I did a complete house remodel 3 yrs ago on a house that i would call a half berm house, dirt up about 6 ft on 2 sides and cement block walls up 8 ft and a cement floor. the house was built in the 70's with truss rafters. There was an addition, 16 ft long and 28 ft wide added in the 90's that was stick framed including the rafters. there was a beam placed in the attic to support the new ceiling joist over the new opening into the addition and also one below sitting loosely on the cement blocks at both ends. The homeowner wanted a smooth ceiling between the old house and the addition so we removed the beam sitting on the blocks and made sure everything above was secured and fastened together. the ceiling turned out excellent until 1 yr later when a crack developed in the ceiling drywall between the original house and the addition. The crack in the ceiling drywall comes in the fall of the yr and gets worse as the temps outside go down and then in the spring with warmer temps it disappears . We have since put a faux beam across the opening to hide the crack. I had experience with truss uplift and learned that if you try to fix one spot it will show up at another, not sure that is going on with this project since the addition is not truss rafters, leaning more towards foundation movement wondering if anyone else has had a situation like this


----------



## TimNJ (Sep 7, 2005)

You married stick frame rafters to trusses? That opening and closing with the temperature sounds like truss uplift.

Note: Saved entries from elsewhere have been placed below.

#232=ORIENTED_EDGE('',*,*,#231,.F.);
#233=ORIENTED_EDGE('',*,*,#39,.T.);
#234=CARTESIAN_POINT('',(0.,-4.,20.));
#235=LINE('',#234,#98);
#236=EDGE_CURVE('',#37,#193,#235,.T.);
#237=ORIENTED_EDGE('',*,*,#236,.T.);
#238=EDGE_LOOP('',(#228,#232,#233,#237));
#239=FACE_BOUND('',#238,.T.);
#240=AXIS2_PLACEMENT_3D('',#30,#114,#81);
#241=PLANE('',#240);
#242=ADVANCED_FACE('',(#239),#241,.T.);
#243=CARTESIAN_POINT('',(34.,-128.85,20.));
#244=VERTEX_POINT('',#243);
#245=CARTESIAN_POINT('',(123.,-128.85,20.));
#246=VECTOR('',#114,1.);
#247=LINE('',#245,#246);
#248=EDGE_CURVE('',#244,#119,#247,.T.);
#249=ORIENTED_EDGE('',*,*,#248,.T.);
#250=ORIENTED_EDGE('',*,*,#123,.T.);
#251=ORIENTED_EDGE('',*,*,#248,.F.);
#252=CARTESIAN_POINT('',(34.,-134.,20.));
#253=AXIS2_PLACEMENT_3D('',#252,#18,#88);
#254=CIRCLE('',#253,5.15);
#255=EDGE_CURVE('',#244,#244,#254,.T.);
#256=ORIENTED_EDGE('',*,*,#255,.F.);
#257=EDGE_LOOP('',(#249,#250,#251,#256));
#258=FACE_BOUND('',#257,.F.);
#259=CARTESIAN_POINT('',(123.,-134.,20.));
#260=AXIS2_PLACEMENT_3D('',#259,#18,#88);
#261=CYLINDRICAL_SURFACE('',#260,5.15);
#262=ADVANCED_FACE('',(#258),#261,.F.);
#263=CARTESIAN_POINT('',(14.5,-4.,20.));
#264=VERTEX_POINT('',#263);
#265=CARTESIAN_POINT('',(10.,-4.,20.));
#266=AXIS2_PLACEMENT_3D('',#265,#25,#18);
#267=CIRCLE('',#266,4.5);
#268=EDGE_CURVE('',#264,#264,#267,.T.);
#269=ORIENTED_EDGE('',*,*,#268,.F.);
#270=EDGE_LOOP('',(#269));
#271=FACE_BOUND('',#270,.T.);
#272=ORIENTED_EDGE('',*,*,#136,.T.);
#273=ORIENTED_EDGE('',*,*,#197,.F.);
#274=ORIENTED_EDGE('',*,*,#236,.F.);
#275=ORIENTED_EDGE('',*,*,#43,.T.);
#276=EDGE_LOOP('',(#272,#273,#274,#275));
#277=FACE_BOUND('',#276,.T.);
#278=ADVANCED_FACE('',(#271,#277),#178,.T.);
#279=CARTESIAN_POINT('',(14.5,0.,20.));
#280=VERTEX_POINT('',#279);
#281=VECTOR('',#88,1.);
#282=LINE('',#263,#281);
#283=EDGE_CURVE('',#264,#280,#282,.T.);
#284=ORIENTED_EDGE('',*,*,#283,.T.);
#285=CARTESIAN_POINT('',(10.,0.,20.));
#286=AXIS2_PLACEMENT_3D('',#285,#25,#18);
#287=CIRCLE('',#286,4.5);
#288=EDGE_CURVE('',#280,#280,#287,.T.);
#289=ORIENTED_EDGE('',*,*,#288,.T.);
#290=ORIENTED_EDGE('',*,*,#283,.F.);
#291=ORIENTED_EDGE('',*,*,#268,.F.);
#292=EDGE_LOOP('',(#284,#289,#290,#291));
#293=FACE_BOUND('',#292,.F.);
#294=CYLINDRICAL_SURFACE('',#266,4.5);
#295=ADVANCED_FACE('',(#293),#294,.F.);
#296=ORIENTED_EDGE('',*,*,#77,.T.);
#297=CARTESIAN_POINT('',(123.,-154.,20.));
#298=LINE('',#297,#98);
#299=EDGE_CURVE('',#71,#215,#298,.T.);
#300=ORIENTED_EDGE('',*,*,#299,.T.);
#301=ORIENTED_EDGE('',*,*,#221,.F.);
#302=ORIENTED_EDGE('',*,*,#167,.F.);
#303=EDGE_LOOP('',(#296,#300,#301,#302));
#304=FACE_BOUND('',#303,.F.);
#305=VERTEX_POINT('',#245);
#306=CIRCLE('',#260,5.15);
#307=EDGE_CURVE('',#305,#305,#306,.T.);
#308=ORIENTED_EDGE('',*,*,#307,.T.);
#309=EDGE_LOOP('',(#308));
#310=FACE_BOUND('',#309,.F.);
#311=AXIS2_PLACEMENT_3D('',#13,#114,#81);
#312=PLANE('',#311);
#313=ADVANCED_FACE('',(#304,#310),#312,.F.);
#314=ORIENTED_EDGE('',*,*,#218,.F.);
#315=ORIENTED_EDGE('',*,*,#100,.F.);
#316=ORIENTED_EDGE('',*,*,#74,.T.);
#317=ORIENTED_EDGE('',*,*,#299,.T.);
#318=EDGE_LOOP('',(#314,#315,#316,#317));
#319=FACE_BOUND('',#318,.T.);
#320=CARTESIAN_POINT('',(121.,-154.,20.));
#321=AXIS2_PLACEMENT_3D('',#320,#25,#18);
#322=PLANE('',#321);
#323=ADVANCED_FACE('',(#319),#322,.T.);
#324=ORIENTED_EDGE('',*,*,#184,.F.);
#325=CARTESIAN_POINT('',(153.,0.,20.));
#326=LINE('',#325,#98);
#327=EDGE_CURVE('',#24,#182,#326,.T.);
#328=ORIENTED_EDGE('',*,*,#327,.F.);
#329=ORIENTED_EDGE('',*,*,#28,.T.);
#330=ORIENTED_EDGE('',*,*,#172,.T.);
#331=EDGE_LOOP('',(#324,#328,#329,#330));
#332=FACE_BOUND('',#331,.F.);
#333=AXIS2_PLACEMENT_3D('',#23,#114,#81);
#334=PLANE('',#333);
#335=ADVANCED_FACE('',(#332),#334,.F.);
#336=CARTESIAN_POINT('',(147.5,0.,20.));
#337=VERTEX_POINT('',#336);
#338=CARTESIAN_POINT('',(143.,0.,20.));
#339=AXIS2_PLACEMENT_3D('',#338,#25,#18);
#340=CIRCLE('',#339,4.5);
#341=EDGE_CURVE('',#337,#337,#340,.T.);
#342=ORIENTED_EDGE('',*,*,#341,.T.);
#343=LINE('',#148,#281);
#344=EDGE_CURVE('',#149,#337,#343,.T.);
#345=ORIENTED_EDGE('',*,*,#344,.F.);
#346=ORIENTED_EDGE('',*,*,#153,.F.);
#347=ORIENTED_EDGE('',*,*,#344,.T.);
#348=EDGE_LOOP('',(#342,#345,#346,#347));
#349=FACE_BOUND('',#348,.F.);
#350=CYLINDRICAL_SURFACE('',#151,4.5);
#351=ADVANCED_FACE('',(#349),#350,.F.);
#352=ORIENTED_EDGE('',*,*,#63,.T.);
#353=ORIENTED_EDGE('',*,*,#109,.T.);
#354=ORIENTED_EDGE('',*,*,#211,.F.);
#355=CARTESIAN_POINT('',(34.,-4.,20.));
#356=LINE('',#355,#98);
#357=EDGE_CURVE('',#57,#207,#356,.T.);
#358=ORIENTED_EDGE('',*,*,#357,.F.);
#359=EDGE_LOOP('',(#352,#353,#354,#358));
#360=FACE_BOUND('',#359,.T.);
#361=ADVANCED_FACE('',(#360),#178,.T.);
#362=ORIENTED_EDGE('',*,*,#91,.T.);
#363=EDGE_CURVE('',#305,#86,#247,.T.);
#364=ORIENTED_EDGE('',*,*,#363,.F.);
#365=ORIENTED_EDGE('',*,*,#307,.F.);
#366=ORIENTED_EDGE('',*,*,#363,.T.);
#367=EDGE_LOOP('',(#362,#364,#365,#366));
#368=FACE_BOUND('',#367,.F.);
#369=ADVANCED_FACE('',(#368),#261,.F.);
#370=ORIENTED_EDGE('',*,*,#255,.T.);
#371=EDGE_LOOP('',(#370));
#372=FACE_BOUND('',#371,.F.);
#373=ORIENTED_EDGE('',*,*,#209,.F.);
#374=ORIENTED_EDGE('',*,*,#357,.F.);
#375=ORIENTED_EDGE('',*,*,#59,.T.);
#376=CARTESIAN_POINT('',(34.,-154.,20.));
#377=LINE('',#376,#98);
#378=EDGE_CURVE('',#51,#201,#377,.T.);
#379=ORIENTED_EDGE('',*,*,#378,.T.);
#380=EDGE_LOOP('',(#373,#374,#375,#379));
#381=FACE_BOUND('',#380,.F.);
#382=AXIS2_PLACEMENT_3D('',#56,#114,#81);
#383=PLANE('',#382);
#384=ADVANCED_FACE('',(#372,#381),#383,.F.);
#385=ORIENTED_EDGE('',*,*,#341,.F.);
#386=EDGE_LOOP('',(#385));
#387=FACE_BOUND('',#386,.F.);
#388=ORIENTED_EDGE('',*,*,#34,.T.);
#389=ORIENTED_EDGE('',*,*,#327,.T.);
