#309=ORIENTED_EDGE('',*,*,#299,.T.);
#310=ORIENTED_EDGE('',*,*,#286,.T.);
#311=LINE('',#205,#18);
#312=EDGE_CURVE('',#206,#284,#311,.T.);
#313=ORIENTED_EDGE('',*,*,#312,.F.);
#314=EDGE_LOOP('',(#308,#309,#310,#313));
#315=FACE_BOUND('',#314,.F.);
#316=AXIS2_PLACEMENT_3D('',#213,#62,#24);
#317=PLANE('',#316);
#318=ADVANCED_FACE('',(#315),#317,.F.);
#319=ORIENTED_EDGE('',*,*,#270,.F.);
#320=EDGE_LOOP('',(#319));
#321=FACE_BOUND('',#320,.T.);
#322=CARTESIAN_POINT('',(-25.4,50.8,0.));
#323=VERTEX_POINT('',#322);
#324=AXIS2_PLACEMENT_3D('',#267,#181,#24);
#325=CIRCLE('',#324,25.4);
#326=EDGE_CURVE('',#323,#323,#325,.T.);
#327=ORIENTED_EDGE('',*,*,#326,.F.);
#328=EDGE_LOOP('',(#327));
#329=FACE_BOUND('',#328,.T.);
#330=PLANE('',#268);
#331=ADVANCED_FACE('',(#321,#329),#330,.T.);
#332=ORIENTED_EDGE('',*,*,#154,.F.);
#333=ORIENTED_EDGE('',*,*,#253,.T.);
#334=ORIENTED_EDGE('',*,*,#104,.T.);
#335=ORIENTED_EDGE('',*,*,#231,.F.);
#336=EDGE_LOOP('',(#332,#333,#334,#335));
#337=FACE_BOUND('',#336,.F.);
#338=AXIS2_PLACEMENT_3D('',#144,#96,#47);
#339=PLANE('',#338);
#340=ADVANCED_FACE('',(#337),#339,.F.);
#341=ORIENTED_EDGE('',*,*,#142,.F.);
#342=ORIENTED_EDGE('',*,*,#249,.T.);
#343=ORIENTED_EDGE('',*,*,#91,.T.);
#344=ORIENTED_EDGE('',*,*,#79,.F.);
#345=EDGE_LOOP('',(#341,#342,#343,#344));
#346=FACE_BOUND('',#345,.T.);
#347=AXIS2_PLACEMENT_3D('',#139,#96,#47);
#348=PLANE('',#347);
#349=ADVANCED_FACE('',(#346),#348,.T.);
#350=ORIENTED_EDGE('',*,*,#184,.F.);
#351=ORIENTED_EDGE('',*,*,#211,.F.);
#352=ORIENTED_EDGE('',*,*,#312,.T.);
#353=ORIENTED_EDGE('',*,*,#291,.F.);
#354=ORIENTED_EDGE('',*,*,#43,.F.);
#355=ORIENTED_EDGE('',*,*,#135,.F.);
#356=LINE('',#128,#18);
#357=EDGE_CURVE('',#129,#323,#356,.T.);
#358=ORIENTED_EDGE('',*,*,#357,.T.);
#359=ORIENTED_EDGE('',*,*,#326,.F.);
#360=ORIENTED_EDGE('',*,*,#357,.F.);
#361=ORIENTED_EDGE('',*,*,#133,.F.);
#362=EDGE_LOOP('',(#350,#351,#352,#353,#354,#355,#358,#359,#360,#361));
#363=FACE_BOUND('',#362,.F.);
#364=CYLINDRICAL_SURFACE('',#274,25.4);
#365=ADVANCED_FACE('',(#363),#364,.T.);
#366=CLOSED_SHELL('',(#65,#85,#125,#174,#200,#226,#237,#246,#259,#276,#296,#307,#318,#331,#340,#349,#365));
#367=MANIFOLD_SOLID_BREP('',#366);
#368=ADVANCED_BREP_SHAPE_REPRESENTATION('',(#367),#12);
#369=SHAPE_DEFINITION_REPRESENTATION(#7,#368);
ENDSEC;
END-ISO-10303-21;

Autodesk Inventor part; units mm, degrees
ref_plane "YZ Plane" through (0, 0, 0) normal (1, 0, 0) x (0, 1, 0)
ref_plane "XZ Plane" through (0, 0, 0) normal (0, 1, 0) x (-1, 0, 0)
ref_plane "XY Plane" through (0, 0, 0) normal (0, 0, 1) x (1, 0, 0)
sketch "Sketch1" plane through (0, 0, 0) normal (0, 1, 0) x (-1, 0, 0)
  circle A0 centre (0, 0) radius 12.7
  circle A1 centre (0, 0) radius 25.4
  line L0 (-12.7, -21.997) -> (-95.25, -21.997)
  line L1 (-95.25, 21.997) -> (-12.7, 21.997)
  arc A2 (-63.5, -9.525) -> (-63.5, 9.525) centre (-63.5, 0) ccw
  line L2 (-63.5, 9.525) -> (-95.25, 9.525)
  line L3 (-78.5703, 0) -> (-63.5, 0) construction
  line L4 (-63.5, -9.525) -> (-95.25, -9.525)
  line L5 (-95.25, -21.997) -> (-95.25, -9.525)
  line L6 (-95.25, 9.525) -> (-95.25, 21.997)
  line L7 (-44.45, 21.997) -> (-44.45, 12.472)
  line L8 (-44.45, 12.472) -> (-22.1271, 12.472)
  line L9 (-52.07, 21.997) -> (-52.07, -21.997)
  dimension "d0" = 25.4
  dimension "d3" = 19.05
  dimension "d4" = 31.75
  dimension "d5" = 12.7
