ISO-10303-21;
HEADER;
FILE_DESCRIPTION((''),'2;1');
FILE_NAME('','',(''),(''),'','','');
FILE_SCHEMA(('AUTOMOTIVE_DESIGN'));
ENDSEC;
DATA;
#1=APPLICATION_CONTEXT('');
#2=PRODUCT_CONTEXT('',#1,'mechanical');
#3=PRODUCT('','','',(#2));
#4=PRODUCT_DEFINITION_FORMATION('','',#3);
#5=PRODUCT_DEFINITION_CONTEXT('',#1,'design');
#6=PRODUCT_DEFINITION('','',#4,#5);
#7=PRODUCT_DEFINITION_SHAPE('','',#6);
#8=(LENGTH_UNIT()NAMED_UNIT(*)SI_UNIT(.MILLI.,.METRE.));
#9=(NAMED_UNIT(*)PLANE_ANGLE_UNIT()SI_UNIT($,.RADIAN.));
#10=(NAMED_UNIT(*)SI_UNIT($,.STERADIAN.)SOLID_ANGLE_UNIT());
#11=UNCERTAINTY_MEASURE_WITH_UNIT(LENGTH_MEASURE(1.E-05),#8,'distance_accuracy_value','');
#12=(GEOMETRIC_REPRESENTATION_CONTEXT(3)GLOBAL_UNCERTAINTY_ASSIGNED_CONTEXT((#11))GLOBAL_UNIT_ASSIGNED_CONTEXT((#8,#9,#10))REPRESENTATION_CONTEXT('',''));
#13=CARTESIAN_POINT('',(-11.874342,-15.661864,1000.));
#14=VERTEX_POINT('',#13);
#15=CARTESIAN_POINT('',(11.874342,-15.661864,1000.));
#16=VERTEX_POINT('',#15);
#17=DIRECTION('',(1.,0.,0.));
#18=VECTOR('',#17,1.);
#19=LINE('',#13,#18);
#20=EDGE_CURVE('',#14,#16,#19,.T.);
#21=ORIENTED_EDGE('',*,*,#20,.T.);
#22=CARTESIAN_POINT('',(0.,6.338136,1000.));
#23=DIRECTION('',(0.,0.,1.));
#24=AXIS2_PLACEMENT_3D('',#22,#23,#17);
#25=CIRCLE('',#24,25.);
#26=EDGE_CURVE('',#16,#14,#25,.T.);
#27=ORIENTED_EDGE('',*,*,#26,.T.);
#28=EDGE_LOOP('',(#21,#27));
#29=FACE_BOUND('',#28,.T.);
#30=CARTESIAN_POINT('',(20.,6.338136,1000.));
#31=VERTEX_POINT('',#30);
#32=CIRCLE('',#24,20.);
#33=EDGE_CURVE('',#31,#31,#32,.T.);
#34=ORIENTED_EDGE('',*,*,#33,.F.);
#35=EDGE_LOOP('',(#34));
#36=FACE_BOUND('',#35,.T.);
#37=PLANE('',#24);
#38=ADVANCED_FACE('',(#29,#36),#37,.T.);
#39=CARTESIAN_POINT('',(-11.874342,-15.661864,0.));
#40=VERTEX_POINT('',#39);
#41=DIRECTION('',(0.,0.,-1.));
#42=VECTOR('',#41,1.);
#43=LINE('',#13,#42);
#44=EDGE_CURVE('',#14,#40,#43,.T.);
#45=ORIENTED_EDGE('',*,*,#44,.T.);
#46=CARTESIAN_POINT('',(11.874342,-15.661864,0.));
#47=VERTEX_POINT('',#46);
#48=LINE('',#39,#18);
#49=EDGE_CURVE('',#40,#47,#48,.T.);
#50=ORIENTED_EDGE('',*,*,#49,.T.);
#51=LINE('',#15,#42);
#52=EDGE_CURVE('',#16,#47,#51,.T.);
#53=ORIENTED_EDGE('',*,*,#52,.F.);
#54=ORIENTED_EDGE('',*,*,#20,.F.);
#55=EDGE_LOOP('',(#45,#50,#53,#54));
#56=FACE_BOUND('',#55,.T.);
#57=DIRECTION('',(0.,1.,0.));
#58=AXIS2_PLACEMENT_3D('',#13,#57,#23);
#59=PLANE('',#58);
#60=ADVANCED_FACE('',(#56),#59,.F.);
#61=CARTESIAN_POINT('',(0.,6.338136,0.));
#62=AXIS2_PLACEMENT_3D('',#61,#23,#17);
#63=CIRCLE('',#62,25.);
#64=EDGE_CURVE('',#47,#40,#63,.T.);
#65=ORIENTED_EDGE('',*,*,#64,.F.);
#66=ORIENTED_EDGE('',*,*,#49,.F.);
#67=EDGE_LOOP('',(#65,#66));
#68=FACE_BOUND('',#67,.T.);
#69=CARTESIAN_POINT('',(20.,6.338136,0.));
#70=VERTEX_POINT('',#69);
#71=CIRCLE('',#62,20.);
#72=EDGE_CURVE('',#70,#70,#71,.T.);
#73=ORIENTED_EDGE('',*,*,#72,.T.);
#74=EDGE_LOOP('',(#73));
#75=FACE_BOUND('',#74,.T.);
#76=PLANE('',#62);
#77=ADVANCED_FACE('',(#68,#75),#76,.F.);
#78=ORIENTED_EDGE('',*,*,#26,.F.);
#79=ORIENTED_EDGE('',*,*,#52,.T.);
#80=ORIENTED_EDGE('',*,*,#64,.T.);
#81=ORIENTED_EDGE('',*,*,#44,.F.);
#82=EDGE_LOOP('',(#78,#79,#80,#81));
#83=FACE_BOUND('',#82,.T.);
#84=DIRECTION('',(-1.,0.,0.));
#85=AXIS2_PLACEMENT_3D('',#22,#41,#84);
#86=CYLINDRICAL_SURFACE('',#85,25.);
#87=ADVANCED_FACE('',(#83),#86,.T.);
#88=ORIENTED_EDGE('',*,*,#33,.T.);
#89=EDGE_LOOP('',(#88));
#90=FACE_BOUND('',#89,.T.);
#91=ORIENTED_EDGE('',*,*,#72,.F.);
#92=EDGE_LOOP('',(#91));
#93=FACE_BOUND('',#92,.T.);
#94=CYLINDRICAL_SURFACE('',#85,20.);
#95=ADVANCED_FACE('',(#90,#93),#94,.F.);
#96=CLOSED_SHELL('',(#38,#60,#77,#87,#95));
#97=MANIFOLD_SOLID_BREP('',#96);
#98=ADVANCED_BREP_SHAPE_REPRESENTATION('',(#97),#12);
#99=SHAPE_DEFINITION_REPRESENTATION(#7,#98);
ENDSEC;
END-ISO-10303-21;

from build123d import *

# Parameters (mm, degrees)
SKETCH1_R           = 20
BOSS_EXTRUDE1_DEPTH = 1000


with BuildPart() as part:
    # Sketch1 → Boss-Extrude1 (new body)
    with BuildSketch(Plane.XY):
        with BuildLine():
            Line((-11.874342087, -15.661863664), (11.874342087, -15.661863664))
            ThreePointArc((11.874342087, -15.661863664), (0, 31.338136336), (-11.874342087, -15.661863664))
        make_face()
        with Locations((0, 6.338136336)):
            Circle(SKETCH1_R, mode=Mode.SUBTRACT)
    extrude(amount=BOSS_EXTRUDE1_DEPTH)


solid = part.part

In the winter the upper part of the truss is exposed to the cold where the bottom stays warm so they expand and contract at different rates.


----------



## katoman (Apr 26, 2009)

Yep, what Tim said.


----------



## one man show (Dec 20, 2010)

two fold problem
expanding and contracting at different rates but nore importantly dont start removing structural members and not have any negative consequences


----------



## greg24k (May 19, 2007)

What everyone else said...:thumbsup:


----------



## Theophilus20 (May 19, 2010)

Having had to try to repair a recurring crack like this (Never did know the cause) between old and new biuldings, The best thing that i have ever found for this is to remove 2ft into the old building and remove 2ft into the new building and put a new sheet of sheetrock over the seam.
if the movement is really bad, youll need to do more screws or lags to keep everything moving together as much as possible before you put up the new sheet of rock.
Its just best to try to eliminate that mud seam right where two buildings meet


----------



## NailBender2 (Dec 15, 2010)

*Truss Uplift or foundation movement*

Got busy during the holidays and didn't get back to anyone,Thanks for your replies> I forgot to put a few things in the first article. When we did the remodel all the insulation was removed and foam was used to insulated,both on the sidewalls and the underside of the roof,not on the top side of the ceiling. This makes the attic almost the same temp as the living area. The cracks seem to be developing more on the side that is not truss rafters and no cracks are developing along the walls in any of the rooms in either part,the old with the truss or the new that doesn't have them. Homeowner wants to try angle iron on each ceiling joist that is over the opening to try and hold it there. I'm afraid if we do that it will crack somewhere else and become a bigger problem than what we have. This is a hard to cure problem but want to do my best to make customer happy but not sure what to do now.


----------